◆ **MATERIAL FOR THIS TASK**
━━━━━━━━

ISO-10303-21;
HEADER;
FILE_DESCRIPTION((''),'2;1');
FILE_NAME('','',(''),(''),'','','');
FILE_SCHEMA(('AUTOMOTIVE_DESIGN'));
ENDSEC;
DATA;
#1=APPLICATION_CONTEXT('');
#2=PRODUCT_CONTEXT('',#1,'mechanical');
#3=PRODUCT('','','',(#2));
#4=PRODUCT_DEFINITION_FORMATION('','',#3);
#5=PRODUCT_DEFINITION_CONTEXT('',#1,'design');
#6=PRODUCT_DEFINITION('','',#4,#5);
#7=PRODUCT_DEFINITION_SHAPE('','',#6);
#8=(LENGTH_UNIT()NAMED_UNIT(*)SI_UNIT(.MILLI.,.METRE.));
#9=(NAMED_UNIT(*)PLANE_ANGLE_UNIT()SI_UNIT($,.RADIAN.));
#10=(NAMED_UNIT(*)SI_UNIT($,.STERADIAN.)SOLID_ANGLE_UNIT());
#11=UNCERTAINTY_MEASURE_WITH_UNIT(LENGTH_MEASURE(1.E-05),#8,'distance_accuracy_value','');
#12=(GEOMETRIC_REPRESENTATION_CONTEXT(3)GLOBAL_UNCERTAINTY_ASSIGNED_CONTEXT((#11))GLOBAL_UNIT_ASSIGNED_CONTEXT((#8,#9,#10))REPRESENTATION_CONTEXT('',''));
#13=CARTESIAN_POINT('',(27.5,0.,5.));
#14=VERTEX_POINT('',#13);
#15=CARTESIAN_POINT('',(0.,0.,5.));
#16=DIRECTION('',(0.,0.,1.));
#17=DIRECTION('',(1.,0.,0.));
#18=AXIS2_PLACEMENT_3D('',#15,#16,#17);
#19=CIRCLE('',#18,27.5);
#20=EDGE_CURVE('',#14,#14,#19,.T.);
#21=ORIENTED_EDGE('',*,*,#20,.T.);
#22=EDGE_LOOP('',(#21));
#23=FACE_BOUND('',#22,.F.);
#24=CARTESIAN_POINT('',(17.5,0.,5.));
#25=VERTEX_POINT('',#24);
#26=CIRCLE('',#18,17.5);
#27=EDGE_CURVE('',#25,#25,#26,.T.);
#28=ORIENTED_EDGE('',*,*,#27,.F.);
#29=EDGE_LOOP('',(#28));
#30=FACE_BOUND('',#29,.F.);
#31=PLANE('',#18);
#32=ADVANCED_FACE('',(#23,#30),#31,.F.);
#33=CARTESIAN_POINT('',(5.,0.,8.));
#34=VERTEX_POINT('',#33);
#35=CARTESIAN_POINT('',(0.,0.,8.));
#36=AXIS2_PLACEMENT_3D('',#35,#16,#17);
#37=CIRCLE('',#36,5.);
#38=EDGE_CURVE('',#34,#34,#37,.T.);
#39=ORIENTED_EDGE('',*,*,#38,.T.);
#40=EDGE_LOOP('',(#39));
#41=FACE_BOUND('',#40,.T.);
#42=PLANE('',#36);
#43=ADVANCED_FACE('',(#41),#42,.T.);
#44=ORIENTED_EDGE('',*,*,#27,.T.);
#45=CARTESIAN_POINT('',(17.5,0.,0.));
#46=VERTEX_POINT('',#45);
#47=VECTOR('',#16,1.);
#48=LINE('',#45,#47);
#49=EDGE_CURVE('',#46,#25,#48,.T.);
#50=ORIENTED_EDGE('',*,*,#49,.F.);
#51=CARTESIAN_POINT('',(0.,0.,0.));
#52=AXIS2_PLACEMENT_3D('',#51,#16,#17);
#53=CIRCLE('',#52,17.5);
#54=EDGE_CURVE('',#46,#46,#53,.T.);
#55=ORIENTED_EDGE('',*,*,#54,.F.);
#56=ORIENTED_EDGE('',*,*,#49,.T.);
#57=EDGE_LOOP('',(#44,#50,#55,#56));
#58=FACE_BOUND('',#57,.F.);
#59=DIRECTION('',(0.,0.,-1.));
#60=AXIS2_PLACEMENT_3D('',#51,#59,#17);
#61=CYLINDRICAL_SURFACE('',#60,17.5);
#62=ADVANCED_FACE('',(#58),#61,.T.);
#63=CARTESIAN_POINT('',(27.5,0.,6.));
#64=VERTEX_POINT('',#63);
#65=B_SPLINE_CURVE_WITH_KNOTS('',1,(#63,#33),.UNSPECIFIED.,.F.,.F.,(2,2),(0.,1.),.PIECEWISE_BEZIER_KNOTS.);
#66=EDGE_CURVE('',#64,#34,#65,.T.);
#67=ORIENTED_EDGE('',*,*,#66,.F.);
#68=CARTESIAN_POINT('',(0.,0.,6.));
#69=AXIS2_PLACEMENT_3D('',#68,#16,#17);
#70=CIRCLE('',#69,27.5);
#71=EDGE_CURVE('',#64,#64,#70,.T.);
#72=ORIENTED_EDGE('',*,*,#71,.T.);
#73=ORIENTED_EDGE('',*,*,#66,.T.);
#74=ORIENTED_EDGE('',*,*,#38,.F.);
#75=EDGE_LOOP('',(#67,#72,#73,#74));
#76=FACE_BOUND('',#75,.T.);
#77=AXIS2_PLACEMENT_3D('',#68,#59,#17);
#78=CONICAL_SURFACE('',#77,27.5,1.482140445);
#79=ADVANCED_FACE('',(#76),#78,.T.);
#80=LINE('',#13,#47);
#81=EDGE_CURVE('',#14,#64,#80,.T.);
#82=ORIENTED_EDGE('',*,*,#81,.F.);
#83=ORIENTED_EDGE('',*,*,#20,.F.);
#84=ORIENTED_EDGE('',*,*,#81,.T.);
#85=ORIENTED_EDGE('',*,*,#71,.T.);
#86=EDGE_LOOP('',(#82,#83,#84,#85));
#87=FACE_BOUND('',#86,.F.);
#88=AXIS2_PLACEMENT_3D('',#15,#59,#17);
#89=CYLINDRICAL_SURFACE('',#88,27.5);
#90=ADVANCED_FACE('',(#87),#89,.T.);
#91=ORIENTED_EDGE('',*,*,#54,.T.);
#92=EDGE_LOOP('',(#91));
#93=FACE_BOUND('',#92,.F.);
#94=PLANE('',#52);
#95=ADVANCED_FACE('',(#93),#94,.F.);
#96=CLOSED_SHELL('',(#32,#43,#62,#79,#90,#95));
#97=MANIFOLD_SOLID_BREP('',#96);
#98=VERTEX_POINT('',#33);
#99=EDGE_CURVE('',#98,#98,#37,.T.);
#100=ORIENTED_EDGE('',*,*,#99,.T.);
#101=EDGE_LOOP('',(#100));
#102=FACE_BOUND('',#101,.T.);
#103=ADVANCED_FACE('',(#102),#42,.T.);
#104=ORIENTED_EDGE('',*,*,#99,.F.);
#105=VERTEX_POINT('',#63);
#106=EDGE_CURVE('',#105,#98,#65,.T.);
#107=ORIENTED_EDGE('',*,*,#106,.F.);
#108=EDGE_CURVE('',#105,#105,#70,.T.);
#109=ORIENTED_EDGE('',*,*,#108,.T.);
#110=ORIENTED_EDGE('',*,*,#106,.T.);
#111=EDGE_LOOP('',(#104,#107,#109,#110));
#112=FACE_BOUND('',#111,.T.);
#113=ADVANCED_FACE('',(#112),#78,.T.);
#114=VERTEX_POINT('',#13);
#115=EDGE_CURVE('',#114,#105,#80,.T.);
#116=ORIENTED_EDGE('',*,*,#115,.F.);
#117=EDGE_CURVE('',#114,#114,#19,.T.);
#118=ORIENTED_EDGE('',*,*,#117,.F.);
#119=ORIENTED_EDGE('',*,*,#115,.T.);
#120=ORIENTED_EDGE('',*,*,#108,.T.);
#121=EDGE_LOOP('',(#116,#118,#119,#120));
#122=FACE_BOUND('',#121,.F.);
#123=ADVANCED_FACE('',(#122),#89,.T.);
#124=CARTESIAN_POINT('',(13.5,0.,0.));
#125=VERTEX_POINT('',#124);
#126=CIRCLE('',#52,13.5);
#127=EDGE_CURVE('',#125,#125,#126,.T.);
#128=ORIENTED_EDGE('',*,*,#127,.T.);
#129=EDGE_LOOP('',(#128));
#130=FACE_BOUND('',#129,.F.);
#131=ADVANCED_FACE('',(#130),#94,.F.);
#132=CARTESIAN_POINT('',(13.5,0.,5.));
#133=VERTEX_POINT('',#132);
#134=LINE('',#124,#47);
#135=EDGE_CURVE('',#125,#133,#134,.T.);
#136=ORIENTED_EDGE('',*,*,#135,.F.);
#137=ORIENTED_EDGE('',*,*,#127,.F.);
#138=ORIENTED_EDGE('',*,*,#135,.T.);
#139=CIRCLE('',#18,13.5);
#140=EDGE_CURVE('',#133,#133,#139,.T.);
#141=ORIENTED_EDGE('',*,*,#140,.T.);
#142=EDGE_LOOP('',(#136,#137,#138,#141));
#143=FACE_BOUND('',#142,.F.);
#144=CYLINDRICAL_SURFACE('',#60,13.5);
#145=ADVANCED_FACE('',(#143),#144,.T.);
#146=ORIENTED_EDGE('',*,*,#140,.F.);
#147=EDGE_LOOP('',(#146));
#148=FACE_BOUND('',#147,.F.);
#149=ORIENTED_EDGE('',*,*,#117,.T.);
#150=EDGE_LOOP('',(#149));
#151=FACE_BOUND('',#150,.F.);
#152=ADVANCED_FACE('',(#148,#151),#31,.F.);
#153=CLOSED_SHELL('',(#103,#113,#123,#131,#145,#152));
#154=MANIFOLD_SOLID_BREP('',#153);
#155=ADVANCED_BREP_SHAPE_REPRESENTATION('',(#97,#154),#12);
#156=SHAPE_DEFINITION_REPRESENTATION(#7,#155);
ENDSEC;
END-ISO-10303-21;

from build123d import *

# Parameters (mm, degrees)
SKETCH_R     = 17.5
PAD_DEPTH    = 5
SKETCH001_R  = 27.5
PAD001_DEPTH = 1
SKETCH003_R  = 27.5
SKETCH002_R  = 5
SKETCH006_R  = 13.5
PAD002_DEPTH = 5
SKETCH004_R  = 27.5
PAD003_DEPTH = 1
SKETCH007_R  = 27.5
SKETCH005_R  = 5


with BuildPart() as body:
    # Sketch → Pad (new body)
    with BuildSketch(Plane.XY):
        Circle(SKETCH_R)
    extrude(amount=PAD_DEPTH)

    # Sketch001 (on Face3 of Pad) → Pad001 (join)
    with BuildSketch(Plane.XY.offset(5)):
        Circle(SKETCH001_R)
    extrude(amount=PAD001_DEPTH)

    # Sketch003 (on Face3 of Pad001) → AdditiveLoft section 0
    with BuildSketch(Plane.XY.offset(6)):
        Circle(SKETCH003_R)
    # Sketch002 → AdditiveLoft section 1
    with BuildSketch(Plane.XY.offset(8)):
        Circle(SKETCH002_R)
    loft()


with BuildPart() as body001:
    # Sketch006 → Pad002 (new body)
    with BuildSketch(Plane.XY):
        Circle(SKETCH006_R)
    extrude(amount=PAD002_DEPTH)

    # Sketch004 (on Face3 of Pad002) → Pad003 (join)
    with BuildSketch(Plane.XY.offset(5)):
        Circle(SKETCH004_R)
    extrude(amount=PAD003_DEPTH)

    # Sketch007 (on Face3 of Pad003) → AdditiveLoft001 section 0
    with BuildSketch(Plane.XY.offset(6)):
        Circle(SKETCH007_R)
    # Sketch005 → AdditiveLoft001 section 1
    with BuildSketch(Plane.XY.offset(8)):
        Circle(SKETCH005_R)
    loft()


solid = Compound([body.part, body001.part])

━━━━━━━━

Using the data above, transcribe the lines that run from the line with "#113=ADVANCED_FACE('',(#112),#78,.T.);" to the line with "#134=LINE('',#124,#47);", both ends kept, and output nothing else.

◆ **SOLUTION TO THE EXERCISE**
#113=ADVANCED_FACE('',(#112),#78,.T.);
#114=VERTEX_POINT('',#13);
#115=EDGE_CURVE('',#114,#105,#80,.T.);
#116=ORIENTED_EDGE('',*,*,#115,.F.);
#117=EDGE_CURVE('',#114,#114,#19,.T.);
#118=ORIENTED_EDGE('',*,*,#117,.F.);
#119=ORIENTED_EDGE('',*,*,#115,.T.);
#120=ORIENTED_EDGE('',*,*,#108,.T.);
#121=EDGE_LOOP('',(#116,#118,#119,#120));
#122=FACE_BOUND('',#121,.F.);
#123=ADVANCED_FACE('',(#122),#89,.T.);
#124=CARTESIAN_POINT('',(13.5,0.,0.));
#125=VERTEX_POINT('',#124);
#126=CIRCLE('',#52,13.5);
#127=EDGE_CURVE('',#125,#125,#126,.T.);
#128=ORIENTED_EDGE('',*,*,#127,.T.);
#129=EDGE_LOOP('',(#128));
#130=FACE_BOUND('',#129,.F.);
#131=ADVANCED_FACE('',(#130),#94,.F.);
#132=CARTESIAN_POINT('',(13.5,0.,5.));
#133=VERTEX_POINT('',#132);
#134=LINE('',#124,#47);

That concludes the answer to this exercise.